In a complex path with lots of branching this would be outrageously inefficient. It would sometimes take multiple cycles of 23x23 sniffs just to move on from one square to the prior square. It might have to backtrack over some branches a number of time and as the number of times it goes over them goes up it will start doing more and more complete sets of 23X23 sniffs. It would be good at finding branches, but it would horrible at dealing with squares where there was no branch.

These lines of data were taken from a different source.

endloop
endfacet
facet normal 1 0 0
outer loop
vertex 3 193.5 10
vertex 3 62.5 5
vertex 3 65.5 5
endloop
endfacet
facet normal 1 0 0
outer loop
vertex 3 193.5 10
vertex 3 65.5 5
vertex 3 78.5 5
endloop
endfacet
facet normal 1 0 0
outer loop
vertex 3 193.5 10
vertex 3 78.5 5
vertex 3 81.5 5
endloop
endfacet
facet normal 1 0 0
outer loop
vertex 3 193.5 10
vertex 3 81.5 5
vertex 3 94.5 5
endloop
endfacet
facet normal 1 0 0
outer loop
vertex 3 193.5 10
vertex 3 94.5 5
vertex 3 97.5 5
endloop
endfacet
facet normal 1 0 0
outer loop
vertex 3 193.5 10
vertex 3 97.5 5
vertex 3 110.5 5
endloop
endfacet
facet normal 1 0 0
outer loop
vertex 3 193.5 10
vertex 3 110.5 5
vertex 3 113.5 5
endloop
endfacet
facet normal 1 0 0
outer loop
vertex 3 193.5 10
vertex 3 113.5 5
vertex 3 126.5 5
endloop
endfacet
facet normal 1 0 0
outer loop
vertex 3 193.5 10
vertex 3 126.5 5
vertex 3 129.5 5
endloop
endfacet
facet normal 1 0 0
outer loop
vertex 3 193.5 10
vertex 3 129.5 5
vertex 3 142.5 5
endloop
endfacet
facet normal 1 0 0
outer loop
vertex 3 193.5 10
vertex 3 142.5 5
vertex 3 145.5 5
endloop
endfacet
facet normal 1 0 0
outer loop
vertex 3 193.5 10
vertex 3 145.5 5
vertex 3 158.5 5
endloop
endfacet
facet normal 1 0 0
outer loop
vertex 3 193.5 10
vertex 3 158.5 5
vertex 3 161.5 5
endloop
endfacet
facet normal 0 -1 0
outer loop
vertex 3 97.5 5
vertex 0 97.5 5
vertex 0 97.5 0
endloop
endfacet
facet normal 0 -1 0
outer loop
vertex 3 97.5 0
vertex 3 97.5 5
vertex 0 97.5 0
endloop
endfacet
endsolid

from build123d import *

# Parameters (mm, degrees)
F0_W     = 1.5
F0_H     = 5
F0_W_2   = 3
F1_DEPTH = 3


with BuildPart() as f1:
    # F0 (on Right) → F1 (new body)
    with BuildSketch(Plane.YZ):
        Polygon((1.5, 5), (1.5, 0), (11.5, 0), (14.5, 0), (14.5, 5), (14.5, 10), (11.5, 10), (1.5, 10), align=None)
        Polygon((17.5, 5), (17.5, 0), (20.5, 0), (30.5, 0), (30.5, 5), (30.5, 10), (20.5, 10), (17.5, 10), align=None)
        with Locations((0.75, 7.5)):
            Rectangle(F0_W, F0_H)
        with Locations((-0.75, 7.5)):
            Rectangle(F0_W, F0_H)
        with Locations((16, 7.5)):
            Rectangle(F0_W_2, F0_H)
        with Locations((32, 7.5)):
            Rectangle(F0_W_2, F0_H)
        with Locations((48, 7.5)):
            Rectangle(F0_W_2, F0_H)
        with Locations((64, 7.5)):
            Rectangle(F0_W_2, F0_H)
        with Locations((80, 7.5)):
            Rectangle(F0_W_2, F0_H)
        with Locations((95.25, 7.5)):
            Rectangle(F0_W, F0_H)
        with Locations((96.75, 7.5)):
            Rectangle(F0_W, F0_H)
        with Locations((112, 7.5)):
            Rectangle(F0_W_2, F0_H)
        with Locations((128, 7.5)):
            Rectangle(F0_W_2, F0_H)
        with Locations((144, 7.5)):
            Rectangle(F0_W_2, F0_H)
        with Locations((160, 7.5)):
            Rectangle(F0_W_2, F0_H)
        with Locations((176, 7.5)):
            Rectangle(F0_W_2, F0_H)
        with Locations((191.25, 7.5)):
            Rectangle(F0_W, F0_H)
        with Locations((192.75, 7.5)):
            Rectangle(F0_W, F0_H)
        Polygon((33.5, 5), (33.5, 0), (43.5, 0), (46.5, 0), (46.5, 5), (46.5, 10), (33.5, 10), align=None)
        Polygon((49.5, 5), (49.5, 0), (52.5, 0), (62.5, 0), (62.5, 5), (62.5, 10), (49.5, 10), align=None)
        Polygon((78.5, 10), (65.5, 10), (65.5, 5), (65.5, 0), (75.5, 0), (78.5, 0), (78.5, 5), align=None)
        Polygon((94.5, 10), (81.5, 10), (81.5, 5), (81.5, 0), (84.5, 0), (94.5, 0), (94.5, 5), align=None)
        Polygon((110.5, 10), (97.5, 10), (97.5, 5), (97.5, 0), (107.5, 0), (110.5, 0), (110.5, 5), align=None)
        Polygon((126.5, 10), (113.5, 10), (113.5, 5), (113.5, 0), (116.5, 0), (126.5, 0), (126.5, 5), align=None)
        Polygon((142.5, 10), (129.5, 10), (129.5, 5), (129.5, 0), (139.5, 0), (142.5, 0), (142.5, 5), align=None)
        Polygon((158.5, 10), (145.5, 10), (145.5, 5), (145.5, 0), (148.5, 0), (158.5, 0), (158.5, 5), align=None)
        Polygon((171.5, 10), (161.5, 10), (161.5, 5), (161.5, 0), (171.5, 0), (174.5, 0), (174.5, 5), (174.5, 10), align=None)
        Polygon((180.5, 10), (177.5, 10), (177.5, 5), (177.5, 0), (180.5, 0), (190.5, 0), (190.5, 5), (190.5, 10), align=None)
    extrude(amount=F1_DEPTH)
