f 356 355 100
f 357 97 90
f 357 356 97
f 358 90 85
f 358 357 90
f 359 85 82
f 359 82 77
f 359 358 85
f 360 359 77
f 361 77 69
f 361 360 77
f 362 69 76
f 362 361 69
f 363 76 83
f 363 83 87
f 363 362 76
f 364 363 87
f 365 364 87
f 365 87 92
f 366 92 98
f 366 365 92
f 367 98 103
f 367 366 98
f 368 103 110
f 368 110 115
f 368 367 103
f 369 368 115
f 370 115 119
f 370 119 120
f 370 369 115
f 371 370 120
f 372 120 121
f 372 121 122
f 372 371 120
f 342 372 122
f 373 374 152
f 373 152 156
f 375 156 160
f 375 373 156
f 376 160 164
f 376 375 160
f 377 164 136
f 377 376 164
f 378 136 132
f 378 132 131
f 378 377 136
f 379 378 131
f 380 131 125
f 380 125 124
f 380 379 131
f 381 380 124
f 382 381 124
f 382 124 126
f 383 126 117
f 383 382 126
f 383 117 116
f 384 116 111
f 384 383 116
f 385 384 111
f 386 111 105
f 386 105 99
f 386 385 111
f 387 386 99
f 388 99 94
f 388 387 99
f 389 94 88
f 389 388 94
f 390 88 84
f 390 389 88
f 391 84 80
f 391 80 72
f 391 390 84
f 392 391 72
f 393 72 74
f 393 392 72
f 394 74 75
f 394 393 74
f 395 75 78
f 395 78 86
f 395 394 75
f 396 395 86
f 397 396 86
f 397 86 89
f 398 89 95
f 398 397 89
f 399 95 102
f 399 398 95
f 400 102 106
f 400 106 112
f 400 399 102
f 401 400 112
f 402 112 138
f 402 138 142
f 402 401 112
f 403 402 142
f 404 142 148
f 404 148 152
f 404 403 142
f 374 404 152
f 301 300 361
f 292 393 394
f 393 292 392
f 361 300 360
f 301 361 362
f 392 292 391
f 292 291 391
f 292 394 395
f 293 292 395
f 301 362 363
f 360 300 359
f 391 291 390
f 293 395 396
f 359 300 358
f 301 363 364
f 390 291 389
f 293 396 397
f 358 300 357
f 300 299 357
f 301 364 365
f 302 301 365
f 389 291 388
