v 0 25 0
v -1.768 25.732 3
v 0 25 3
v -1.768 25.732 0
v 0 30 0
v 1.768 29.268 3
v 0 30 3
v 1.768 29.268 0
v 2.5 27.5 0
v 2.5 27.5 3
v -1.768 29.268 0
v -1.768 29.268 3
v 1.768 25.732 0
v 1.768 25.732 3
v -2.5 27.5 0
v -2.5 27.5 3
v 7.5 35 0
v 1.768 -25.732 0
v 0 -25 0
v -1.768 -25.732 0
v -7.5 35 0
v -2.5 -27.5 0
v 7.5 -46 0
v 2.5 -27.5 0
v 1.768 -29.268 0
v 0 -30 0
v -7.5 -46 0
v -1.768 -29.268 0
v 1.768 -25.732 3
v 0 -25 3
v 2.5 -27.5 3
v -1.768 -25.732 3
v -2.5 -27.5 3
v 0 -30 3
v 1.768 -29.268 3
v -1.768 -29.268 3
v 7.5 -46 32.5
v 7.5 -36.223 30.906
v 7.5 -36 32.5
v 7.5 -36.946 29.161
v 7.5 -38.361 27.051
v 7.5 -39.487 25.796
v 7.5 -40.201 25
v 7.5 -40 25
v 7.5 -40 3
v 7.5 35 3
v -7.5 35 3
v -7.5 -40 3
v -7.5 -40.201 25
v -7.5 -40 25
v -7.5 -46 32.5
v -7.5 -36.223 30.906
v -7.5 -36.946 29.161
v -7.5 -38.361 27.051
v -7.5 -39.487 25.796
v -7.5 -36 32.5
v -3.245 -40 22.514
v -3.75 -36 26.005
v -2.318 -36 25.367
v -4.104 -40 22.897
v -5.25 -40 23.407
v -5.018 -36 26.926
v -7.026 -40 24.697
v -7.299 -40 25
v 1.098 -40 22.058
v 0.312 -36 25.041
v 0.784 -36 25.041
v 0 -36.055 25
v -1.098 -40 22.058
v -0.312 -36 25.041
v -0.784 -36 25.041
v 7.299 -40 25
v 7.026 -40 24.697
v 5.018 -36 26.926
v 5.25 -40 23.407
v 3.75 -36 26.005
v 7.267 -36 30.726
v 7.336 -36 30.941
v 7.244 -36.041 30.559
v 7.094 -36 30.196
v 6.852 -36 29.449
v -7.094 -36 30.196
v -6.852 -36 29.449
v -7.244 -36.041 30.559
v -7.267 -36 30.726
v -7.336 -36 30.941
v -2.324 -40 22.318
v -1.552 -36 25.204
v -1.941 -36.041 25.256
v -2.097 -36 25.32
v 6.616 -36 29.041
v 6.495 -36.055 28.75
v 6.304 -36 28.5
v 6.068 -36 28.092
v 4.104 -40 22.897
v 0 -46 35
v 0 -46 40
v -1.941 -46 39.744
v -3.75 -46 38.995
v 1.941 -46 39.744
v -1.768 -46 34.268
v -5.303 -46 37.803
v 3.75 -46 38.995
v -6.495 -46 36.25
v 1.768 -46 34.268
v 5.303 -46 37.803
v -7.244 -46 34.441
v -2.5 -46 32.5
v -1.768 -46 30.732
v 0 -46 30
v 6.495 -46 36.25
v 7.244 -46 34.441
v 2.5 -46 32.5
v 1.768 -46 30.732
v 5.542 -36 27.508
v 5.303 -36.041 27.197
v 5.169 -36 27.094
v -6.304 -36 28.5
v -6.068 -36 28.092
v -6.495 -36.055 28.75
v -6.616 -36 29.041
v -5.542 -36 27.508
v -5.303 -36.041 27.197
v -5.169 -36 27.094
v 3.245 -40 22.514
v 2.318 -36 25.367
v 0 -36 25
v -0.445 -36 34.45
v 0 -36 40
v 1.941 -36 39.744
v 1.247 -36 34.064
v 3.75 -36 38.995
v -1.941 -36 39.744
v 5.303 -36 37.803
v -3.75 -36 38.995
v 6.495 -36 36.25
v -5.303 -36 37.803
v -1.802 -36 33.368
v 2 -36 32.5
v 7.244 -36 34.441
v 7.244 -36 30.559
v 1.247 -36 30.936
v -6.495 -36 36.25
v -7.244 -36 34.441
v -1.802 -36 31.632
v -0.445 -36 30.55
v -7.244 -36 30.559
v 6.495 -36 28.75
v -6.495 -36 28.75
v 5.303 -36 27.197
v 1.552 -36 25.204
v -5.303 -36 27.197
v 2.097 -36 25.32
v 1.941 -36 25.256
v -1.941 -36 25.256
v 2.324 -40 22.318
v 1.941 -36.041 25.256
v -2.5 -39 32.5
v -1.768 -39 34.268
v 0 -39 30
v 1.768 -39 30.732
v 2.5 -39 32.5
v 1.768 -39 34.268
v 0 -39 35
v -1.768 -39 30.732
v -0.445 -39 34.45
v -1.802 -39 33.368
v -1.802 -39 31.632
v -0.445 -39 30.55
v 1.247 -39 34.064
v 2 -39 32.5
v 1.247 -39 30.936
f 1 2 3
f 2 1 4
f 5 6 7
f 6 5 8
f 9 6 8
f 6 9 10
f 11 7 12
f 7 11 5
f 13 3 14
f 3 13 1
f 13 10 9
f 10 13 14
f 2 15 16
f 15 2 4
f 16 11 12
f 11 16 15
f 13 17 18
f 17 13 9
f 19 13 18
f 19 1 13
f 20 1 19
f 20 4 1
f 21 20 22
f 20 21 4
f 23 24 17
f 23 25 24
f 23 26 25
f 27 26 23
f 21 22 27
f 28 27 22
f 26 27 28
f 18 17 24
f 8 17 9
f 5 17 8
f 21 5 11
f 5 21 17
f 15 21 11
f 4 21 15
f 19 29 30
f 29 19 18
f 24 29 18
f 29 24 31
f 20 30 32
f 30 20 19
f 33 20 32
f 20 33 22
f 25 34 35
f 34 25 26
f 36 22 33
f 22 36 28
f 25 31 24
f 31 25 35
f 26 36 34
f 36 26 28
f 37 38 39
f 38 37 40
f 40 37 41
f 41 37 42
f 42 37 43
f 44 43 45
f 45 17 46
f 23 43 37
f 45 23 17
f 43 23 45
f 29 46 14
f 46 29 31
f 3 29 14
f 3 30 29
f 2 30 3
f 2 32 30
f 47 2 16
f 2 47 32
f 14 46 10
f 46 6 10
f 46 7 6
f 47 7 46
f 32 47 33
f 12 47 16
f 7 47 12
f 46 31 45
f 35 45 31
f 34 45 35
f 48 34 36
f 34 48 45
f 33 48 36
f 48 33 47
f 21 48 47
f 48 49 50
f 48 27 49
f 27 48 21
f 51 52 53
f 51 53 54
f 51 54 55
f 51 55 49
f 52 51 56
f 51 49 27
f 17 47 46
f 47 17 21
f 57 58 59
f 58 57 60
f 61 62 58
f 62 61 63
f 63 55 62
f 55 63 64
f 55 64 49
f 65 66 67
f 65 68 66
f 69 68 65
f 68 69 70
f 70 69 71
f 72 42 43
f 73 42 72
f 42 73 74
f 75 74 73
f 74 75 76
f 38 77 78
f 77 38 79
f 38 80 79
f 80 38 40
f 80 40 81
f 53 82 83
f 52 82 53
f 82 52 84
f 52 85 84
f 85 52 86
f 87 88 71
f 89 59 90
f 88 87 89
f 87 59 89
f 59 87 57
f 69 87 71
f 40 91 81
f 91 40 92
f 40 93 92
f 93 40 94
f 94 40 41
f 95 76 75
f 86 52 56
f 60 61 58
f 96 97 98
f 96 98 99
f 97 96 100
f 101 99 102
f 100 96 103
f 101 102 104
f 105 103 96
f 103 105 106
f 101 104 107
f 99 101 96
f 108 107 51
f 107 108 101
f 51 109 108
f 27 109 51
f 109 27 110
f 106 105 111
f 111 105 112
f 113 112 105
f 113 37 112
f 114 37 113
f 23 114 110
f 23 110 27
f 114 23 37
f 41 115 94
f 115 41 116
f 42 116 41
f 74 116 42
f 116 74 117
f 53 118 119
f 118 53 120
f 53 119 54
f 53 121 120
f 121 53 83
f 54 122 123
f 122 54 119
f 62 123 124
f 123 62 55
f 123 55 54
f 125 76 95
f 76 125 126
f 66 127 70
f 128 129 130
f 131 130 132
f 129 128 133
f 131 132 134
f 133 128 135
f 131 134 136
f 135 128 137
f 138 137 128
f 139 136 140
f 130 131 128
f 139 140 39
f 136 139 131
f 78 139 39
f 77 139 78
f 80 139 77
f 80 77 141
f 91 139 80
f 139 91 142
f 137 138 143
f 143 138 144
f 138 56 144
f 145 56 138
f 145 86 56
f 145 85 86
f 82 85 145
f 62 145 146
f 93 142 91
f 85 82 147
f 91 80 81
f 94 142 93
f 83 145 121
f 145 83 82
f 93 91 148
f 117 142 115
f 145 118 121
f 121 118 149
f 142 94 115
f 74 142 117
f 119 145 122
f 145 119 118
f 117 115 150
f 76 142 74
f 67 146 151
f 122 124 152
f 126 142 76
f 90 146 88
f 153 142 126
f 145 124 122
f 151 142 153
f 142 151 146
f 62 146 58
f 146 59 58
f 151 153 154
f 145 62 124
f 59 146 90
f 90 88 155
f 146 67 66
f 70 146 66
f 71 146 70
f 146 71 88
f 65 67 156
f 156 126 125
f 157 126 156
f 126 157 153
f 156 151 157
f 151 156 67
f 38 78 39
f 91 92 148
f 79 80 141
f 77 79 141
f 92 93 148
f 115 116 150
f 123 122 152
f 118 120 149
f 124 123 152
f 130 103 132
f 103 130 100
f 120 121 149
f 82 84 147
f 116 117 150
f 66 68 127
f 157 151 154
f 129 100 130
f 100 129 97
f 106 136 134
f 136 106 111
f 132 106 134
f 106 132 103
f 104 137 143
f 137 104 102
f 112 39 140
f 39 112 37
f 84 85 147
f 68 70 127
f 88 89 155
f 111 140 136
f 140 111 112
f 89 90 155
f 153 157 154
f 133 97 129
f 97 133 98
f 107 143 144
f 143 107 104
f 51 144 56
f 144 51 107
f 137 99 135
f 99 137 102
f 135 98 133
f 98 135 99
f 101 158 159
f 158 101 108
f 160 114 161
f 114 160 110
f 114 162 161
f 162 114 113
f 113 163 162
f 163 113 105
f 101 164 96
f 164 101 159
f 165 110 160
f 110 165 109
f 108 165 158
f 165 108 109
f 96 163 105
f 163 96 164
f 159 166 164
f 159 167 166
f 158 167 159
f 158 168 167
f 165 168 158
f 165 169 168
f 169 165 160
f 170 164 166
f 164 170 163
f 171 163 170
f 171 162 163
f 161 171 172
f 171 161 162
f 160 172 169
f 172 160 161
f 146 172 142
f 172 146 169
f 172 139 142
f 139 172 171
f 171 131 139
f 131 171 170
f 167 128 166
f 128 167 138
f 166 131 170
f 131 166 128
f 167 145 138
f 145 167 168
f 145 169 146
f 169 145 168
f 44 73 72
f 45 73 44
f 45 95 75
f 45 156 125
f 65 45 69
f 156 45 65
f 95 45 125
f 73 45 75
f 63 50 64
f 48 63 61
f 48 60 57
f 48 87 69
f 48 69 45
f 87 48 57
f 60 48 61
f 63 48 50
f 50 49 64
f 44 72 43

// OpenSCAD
// create a spacer for the new brass extruder assembly

// 15x70x3
length = 70;
hole_space=55;
hole_size=5;

feedBottomLength = 5;

feedVerticalHeight = 25;
feedVerticalLength = 6;
verticalYpos = -1*(feedBottomLength+feedVerticalLength+length/2);

// bottom section with holes
difference() {
    translate([-7.5,-1*(length/2),0])cube([15,length,3]);

    union() {
        translate([0, 1*(length/2-((length-hole_space)/2)),0])cylinder(d=hole_size,h=4,center=false);
        translate([0,-1*(length/2-((length-hole_space)/2)),0])cylinder(d=hole_size,h=4,center=false);
    }
}

// extra spacer
translate([-7.5,-1*(feedBottomLength+length/2),0])
cube([15,feedBottomLength,3]);

// vertical bar of feeder
translate([-7.5,verticalYpos,0])
cube([15,feedVerticalLength,feedVerticalHeight]);

// rounded part with hole
translate([0,verticalYpos,feedVerticalHeight])
translate([0,0,15/2])
rotate([-90,0,0])
difference() {
    union() {
        cylinder(r=15/2,h=feedVerticalLength+4);
        //translate([-7.5,0,0])
        //cube([15,15/2,feedVerticalLength]);

        intersection() {
            cylinder(r2=15/2,r1=30/2,h=feedVerticalLength+4);
            translate([-7.5,0,0])
            cube([15,15,feedVerticalLength+4]);
        }
    }
    union() {
        cylinder(r=5/2,h=feedVerticalLength+4-3);
        cylinder(r=2,h=feedVerticalLength+4);
    }
}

To tell it, in code, how to backtrack seems to me to be cheating in the context of getting it to learn. There must be some way that it could learn to deal with backtracking (branching and dead-ends) efficiently, or at least significantly more efficiently than this approach. It's an interesting mental puzzle. One direction is the 16,000 programs and the mating of the more successful ones... but that is still outside my ability to design, and even further out of my ability to implement.
I will continue to seek some way for the program to "learn" to deal with branching, dead-ends, and efficient back-tracking.